What you are asked to do: Transcribe the stretch of entries below from the line with "v -1.016 11.617 0" through the line with "v -1.016 3.175 -111.125", exactly and with both ends included; leave out all other lines.

Saved data entries:
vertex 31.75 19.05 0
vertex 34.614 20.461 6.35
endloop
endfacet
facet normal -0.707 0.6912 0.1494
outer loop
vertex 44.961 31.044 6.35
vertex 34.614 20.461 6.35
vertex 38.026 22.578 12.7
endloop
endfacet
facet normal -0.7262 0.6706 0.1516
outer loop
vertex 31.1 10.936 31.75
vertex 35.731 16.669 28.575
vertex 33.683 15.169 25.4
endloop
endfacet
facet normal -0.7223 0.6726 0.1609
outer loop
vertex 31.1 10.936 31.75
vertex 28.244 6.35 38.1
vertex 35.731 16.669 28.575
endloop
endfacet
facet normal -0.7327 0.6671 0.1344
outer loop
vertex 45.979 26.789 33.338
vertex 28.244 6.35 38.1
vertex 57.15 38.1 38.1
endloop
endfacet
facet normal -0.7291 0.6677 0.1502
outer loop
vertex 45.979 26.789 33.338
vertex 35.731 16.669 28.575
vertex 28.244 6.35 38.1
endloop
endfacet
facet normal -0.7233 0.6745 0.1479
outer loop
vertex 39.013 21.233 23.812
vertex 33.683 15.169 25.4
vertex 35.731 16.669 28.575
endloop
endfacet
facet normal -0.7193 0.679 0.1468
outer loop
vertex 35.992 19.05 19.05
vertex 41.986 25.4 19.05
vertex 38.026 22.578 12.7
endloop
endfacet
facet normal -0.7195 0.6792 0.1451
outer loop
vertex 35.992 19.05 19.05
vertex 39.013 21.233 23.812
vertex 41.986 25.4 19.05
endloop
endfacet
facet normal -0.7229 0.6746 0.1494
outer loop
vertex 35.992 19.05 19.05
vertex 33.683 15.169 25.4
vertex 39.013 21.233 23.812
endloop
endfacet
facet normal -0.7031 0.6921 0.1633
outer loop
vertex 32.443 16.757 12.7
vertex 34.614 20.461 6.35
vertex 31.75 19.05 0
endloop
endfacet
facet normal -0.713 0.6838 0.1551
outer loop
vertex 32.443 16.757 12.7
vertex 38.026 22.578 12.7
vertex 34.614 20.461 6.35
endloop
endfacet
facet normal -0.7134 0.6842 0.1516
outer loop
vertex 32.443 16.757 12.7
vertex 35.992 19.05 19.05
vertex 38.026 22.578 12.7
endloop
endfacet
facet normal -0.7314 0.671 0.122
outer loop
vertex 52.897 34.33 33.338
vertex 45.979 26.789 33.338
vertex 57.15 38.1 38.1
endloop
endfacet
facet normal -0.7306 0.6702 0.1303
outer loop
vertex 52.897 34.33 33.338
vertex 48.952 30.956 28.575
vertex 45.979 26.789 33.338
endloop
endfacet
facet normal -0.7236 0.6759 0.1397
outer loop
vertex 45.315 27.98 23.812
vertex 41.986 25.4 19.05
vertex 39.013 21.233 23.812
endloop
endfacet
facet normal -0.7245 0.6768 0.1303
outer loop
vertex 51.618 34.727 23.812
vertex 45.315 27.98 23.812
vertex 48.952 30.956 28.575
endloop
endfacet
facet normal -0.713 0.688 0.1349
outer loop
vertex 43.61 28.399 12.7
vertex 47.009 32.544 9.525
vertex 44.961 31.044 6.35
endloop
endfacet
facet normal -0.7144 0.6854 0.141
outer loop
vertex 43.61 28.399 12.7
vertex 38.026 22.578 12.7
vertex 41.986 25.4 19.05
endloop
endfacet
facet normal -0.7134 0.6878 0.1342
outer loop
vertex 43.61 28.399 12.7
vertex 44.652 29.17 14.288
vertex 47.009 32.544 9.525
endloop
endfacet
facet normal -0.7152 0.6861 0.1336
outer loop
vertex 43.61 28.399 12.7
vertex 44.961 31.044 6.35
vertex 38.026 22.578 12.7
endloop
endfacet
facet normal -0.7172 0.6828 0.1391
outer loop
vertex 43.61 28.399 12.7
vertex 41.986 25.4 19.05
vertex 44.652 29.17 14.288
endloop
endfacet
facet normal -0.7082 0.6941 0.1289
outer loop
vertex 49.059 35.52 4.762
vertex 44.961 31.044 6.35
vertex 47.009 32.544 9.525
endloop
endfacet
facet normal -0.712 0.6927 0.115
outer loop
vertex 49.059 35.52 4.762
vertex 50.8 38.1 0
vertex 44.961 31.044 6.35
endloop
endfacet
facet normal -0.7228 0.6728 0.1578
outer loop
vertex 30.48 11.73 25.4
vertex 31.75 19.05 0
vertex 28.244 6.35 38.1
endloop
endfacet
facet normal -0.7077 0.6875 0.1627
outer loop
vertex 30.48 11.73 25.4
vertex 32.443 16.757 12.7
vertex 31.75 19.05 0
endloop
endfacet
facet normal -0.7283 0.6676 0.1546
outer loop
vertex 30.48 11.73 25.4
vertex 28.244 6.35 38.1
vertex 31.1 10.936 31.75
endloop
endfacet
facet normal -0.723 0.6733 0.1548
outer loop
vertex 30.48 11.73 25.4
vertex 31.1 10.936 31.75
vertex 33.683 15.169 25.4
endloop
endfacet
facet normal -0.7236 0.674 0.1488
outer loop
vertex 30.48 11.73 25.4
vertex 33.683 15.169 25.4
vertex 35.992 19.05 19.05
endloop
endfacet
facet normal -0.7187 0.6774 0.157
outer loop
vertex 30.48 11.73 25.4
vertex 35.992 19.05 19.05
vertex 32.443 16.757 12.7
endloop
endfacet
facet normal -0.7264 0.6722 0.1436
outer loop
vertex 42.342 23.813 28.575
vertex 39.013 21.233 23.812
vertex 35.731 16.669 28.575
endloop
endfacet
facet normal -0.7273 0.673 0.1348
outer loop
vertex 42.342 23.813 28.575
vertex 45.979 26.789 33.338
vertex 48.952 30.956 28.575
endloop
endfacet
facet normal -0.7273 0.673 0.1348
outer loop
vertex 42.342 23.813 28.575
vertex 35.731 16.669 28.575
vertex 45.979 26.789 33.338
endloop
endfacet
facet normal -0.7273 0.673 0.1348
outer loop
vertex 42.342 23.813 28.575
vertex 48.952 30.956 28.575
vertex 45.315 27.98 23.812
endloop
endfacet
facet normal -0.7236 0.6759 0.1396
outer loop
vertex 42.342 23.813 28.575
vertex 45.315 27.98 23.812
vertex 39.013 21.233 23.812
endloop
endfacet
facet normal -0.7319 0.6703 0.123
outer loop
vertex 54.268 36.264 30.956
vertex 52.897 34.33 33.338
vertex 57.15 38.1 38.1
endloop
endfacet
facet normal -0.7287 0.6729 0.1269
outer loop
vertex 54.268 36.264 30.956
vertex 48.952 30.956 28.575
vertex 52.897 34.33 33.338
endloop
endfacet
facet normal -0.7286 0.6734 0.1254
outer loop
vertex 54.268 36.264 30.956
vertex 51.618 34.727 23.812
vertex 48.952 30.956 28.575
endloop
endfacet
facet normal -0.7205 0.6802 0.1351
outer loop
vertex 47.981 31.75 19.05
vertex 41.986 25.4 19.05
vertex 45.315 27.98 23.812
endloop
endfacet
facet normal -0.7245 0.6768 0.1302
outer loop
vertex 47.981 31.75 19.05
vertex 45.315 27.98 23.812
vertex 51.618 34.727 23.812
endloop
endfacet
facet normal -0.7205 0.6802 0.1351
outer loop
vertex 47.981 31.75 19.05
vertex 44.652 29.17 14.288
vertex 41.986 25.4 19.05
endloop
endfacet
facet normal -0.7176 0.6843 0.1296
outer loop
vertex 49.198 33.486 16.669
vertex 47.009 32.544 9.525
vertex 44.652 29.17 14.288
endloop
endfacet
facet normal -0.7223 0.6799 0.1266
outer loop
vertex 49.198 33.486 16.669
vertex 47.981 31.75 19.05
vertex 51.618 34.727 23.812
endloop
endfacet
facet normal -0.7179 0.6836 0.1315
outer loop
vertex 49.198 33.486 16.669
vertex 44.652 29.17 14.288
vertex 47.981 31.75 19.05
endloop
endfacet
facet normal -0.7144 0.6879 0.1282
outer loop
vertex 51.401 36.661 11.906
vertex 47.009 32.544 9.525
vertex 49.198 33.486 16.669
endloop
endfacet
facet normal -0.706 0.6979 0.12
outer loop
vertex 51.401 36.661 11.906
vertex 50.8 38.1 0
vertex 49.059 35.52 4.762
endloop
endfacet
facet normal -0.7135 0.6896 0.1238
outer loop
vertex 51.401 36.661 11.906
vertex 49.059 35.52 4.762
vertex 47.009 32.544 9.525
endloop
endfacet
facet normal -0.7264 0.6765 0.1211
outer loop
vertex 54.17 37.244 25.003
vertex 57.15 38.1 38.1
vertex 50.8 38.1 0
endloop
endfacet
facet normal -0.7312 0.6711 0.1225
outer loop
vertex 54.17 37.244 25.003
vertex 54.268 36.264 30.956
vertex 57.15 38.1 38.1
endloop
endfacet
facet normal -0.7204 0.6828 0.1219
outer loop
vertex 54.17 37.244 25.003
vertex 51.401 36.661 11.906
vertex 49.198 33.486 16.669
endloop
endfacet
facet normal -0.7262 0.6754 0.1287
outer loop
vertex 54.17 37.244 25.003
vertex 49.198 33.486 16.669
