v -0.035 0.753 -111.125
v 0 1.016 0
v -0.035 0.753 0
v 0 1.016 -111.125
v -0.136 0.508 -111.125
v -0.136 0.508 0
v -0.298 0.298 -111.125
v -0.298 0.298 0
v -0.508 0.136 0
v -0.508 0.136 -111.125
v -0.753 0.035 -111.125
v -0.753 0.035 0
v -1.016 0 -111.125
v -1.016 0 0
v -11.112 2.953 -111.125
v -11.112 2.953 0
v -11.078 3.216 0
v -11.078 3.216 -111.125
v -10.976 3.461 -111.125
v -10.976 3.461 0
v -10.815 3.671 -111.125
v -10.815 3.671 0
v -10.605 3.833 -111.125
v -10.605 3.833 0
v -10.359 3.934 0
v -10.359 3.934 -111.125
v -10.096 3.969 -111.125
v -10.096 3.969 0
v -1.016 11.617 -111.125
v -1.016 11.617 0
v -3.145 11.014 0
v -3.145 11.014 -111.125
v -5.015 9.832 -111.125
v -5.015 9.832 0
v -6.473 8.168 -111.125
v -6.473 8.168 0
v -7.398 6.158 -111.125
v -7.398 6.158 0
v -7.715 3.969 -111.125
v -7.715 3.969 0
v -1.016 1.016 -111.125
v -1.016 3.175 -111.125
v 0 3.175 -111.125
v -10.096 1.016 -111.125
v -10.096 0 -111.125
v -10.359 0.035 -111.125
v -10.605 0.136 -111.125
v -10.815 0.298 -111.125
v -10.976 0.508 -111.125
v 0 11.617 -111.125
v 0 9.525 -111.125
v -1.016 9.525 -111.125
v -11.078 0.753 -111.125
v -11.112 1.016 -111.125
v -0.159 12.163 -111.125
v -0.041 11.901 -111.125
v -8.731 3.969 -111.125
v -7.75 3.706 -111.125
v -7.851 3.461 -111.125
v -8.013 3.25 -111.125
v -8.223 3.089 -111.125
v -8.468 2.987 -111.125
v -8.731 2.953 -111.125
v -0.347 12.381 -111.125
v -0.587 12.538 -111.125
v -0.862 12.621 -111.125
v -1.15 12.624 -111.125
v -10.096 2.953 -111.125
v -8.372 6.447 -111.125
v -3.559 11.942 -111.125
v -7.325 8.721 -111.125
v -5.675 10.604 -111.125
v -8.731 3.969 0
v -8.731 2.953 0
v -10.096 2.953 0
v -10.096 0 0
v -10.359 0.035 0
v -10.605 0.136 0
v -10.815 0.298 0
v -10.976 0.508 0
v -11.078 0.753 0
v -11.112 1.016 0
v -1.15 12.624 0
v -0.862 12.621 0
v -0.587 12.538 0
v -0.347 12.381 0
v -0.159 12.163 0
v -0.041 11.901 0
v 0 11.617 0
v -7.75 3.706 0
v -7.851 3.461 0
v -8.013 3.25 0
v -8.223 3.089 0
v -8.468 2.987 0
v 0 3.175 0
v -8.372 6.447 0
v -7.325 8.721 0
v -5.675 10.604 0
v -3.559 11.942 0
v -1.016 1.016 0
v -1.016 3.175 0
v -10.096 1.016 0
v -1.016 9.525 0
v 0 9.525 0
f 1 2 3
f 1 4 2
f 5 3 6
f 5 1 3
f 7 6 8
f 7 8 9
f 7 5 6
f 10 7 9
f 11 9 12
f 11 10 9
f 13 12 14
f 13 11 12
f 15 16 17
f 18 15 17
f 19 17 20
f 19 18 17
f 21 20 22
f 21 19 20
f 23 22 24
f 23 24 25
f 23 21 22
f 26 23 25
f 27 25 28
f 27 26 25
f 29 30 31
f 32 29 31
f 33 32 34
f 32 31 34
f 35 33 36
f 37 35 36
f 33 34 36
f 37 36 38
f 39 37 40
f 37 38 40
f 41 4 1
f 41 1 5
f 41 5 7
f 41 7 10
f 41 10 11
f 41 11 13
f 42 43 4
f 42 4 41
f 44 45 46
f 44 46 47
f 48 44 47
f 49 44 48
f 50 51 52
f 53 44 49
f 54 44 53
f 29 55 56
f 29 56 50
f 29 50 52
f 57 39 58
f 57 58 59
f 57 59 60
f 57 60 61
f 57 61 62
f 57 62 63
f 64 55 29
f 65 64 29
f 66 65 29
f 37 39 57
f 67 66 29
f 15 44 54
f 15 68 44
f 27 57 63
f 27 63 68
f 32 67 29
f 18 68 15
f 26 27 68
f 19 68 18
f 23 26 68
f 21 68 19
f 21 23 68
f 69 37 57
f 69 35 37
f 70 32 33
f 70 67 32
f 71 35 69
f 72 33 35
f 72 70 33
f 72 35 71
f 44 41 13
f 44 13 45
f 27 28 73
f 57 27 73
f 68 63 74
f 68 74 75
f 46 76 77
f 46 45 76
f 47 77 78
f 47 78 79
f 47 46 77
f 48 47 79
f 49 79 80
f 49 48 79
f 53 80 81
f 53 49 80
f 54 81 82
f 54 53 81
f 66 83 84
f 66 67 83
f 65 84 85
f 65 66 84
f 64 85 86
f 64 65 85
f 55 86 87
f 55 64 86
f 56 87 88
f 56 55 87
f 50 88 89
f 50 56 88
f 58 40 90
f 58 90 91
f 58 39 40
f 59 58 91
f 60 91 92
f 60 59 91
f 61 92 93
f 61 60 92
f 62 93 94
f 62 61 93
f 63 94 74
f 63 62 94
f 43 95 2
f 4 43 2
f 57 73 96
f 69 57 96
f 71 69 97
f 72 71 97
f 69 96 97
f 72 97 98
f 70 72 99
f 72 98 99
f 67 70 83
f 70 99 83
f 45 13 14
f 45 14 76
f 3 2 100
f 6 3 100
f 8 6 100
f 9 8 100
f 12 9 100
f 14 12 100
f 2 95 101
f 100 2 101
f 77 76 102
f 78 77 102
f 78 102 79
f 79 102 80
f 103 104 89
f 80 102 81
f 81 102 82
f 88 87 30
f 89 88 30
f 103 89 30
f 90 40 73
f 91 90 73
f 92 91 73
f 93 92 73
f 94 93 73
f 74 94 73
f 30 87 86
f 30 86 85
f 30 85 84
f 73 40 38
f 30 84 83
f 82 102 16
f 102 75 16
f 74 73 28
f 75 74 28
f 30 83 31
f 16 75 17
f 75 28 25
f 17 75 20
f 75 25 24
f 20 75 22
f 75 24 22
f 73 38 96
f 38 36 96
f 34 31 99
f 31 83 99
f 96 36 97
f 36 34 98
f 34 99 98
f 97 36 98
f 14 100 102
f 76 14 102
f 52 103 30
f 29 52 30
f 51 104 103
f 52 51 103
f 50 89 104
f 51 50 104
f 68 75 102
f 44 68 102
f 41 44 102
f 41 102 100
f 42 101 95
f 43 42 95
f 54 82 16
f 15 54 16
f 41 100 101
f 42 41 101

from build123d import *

# Parameters (mm, degrees)
EXTRUDE_THIN1_DEPTH = 111.125
FILLET1_R           = 1.016


with BuildPart() as part:
    # Sketch1 → Extrude-Thin1 (new body)
    with BuildSketch(Plane.XY):
        with BuildLine():
            Line((0, 3.175), (0, 0))
            Line((0, 0), (-11.1125, 0))
            Line((-11.1125, 0), (-11.1125, 3.96875))
            Line((-11.1125, 3.96875), (-8.73125, 3.96875))
            ThreePointArc((-8.73125, 3.96875), (-6.173926083, 10.142676083), (0, 12.7))
            Line((0, 12.7), (0, 9.525))
            Line((0, 9.525), (-1.016, 9.525))
            Line((-1.016, 9.525), (-1.016, 11.616810314))
            ThreePointArc((-1.016, 11.616810314), (-6.1264158, 8.658324821), (-7.648060314, 2.95275))
            Line((-7.648060314, 2.95275), (-10.0965, 2.95275))
            Line((-10.0965, 2.95275), (-10.0965, 1.016))
            Line((-10.0965, 1.016), (-1.016, 1.016))
            Line((-1.016, 1.016), (-1.016, 3.175))
            Line((-1.016, 3.175), (0, 3.175))
        make_face()
    extrude(amount=-EXTRUDE_THIN1_DEPTH)

    # Fillet1
    fillet1_edges = [part.edges().sort_by_distance(p)[0] for p in [
        (-7.648060314, 2.95275, -55.5625),
        (0, 0, -55.5625),
        (-11.1125, 0, -55.5625),
        (-11.1125, 3.96875, -55.5625),
        (0, 12.7, -55.5625),
    ]]
    fillet(fillet1_edges, radius=FILLET1_R)


solid = part.part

Solution to the exercise:
v -1.016 11.617 0
v -3.145 11.014 0
v -3.145 11.014 -111.125
v -5.015 9.832 -111.125
v -5.015 9.832 0
v -6.473 8.168 -111.125
v -6.473 8.168 0
v -7.398 6.158 -111.125
v -7.398 6.158 0
v -7.715 3.969 -111.125
v -7.715 3.969 0
v -1.016 1.016 -111.125
v -1.016 3.175 -111.125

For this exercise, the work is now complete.